私が初めて会った宣教師はTEAMのダビデ・マーチン先生でした。「私の目は青く、皆さんの目は黒い。目の色は違っても流れる涙は同じです」そう言われると、先生の目から涙がこぼれました。あふれる救霊愛の涙に驚き感動したことでした。
TEAM・同盟基督教団の源流はフレデリック・フランソンであり、彼の呼びかけに応えて1891年に派遣された15名の宣教師です。最年少19歳のメリー・エングストロームは、天然痘で苦しむ、ある夫人の宣教師を「同胞に尽くす事はキリストに尽くすこと」として看病する中で罹患し、来日3カ月後に天国への希望と日本宣教の思いを伝え召されました。
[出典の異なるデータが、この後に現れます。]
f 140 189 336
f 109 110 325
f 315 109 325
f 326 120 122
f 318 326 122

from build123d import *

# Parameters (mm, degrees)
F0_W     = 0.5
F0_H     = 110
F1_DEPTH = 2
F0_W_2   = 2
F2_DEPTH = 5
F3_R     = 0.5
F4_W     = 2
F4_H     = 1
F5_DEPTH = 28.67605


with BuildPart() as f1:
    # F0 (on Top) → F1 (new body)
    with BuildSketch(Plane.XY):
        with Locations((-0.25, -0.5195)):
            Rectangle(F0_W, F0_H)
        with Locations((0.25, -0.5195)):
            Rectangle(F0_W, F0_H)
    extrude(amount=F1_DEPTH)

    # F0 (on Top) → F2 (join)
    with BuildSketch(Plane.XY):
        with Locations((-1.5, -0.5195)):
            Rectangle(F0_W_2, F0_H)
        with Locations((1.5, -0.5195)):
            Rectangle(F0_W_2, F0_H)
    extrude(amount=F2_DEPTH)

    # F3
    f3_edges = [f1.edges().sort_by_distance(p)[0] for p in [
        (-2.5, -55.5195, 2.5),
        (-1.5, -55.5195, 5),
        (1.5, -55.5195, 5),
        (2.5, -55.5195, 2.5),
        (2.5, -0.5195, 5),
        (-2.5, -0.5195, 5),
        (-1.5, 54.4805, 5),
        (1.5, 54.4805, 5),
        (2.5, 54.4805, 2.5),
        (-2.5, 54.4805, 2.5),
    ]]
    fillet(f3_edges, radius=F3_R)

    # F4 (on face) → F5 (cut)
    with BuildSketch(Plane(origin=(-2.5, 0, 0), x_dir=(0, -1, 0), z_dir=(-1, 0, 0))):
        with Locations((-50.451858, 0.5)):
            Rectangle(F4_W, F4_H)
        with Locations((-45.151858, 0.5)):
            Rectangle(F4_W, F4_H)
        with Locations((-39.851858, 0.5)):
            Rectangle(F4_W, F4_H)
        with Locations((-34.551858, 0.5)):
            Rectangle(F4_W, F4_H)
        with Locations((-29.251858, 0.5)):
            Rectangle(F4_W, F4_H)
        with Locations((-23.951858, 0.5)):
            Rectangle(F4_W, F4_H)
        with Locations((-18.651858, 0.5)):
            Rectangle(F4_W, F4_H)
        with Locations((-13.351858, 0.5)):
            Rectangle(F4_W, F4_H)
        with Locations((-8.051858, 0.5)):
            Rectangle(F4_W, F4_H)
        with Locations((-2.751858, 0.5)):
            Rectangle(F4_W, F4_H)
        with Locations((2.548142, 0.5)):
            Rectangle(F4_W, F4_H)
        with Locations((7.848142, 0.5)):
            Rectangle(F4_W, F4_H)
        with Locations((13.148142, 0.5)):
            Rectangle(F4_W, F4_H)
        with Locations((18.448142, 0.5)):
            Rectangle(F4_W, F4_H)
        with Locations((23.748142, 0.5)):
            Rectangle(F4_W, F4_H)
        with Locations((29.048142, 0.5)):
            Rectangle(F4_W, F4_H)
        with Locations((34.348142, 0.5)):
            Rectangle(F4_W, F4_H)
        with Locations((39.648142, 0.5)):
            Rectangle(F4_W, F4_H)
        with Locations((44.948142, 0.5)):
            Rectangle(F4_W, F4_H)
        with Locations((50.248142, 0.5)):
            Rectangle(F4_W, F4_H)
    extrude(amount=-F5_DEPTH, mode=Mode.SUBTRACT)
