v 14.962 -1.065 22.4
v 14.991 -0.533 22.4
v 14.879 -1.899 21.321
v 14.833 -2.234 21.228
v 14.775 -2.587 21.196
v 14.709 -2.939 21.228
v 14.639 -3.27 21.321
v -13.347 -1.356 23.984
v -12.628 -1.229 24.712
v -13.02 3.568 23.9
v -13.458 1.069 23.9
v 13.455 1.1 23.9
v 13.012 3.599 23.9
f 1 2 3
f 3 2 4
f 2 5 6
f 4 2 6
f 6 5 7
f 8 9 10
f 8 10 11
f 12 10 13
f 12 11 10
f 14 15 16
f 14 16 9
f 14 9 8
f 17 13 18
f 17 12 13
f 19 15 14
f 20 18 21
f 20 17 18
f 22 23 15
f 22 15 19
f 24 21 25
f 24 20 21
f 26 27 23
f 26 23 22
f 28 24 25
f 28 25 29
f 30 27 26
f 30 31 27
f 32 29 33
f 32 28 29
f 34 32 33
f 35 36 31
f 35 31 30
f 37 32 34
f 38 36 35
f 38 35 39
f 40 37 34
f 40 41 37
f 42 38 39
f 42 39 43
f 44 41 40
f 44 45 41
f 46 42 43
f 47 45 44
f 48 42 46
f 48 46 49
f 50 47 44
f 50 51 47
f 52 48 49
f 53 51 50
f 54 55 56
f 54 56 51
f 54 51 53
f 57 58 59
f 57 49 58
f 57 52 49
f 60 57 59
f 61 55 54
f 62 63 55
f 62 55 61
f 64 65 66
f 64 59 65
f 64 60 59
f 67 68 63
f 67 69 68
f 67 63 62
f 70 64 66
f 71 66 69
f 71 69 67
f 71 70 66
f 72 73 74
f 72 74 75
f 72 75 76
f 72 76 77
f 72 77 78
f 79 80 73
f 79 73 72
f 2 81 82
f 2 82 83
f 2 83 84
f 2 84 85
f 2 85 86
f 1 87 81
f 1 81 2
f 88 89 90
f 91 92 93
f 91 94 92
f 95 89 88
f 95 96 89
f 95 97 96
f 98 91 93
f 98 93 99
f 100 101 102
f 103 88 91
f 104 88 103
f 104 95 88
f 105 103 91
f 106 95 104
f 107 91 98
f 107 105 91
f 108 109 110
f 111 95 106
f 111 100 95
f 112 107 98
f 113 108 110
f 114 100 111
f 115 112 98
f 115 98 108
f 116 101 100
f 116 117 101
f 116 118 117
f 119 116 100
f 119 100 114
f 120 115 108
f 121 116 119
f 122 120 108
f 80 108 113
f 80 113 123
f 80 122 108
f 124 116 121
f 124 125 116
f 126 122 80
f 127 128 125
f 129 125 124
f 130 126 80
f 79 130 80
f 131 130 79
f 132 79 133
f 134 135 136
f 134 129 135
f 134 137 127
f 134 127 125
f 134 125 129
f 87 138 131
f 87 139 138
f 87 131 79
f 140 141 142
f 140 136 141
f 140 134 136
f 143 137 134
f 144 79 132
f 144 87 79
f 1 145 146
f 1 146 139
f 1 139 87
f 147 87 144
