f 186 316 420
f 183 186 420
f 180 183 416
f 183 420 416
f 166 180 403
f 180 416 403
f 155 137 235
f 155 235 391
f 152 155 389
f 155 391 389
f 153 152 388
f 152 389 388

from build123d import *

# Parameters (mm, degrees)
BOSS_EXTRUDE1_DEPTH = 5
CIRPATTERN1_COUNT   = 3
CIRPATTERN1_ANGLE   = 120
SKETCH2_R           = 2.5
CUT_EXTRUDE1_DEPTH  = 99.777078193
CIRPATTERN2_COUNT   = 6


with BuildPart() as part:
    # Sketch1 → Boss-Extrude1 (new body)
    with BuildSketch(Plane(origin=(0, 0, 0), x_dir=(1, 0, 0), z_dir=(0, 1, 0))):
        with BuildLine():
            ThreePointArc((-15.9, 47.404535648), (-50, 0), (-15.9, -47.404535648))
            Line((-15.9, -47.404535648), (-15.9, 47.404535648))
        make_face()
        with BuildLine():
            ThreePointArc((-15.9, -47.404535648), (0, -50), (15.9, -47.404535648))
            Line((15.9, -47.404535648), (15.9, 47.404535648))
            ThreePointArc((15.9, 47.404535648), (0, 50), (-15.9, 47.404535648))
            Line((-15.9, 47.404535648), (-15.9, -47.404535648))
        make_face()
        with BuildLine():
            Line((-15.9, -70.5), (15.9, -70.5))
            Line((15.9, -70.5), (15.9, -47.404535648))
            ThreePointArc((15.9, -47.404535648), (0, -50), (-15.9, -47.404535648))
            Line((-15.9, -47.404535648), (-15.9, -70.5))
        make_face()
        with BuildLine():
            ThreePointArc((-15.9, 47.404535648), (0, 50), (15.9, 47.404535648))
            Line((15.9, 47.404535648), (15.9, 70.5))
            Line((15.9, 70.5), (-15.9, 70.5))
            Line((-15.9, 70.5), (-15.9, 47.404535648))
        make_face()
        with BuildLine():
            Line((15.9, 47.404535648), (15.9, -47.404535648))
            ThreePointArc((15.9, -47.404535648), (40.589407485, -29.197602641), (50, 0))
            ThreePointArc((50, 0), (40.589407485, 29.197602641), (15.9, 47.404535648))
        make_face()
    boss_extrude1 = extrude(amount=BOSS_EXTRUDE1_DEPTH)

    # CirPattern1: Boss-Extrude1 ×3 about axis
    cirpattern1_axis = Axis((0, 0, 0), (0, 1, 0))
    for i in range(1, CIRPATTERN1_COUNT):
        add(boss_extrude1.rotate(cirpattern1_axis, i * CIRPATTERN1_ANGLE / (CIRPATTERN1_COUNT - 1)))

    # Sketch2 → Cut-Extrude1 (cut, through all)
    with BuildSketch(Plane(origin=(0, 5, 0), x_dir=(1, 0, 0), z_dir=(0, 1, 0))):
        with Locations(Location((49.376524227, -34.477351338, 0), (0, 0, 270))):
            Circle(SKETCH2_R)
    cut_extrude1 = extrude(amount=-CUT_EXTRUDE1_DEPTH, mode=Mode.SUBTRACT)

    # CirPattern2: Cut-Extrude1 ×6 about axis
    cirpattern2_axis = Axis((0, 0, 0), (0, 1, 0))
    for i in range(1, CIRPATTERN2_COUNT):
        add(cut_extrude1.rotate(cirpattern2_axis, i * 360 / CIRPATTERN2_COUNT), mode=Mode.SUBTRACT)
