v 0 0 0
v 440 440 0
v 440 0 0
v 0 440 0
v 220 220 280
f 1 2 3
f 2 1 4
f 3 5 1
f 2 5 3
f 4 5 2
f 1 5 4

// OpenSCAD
// Unit of length: Unit.MM
polyhedron(points = [[0.0, 0.0, 0.0], [440.0, 0.0, 0.0], [440.0, 440.0, 0.0], [0.0, 440.0, 0.0], [220.0, 220.0, 280.0]], faces = [[0, 1, 2, 3], [0, 4, 1], [1, 4, 2], [2, 4, 3], [3, 4, 0]]);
彼女の純真な愛と献身の信仰に励まされた14 名の宣教師にとって、遺骨埋葬の2日後開いた送別会は、「日本宣教の幻に燃えた『派遣式』ともなり、それぞれが伝道の最も困難な地に散らされて行きました」( * )
1994年に飛騨諸教会が開いた「飛騨キリスト教100周年記念大会」で、高山教会出身の講師、木下弘人先生は、参加者に熱く献身を迫りました。「伝道者として献身するか、信徒として献身して教会を支えるか、二つに一つ」と。
その大会で迫害の中で伝道する開拓者の様子を演じた寸劇の中で印象に残った青年がいます。後に伝道者として献身した矢田紫野宣教師です。
初代15名のうちの12名は信徒でしたが、今も献身して諸教会に仕え支えている信徒たちが大勢いることを思い、御名を崇めます。
教団の教憲前文はフランソン精神を持って派遣された15名の宣教師に始まる本教団の歴史と存立の目的を記した後、「この目的のために、犠牲を惜しまず、積極的な開拓伝道と堅実な教会形成による国内宣教および『日本とアジアと世界』を視野に入れた国外宣教を推進して、地の果てまで福音を宣べ伝える」とうたっています。前文記載の目的が果たされるために、源流にあるフランソン精神をいつも心に留めたいと思います。
余談ですが、15名の内の2人、リンドストロームとメリーの姉クリスチーナ・エングストロームは一時帰国後、C&MAの宣教師として再度来日して結婚、広島県を中心に宣教して、「アライアンス開拓の父」と呼ばれるまでになりました。退職後は「日本で一番伝道のしにくい所に伝道しようと志を立て、仏教のメッカである奈良」( * ) で開拓しました。日本基督教団奈良高畑教会です。フランソン精神を貫き生きた人がここにもいるのです。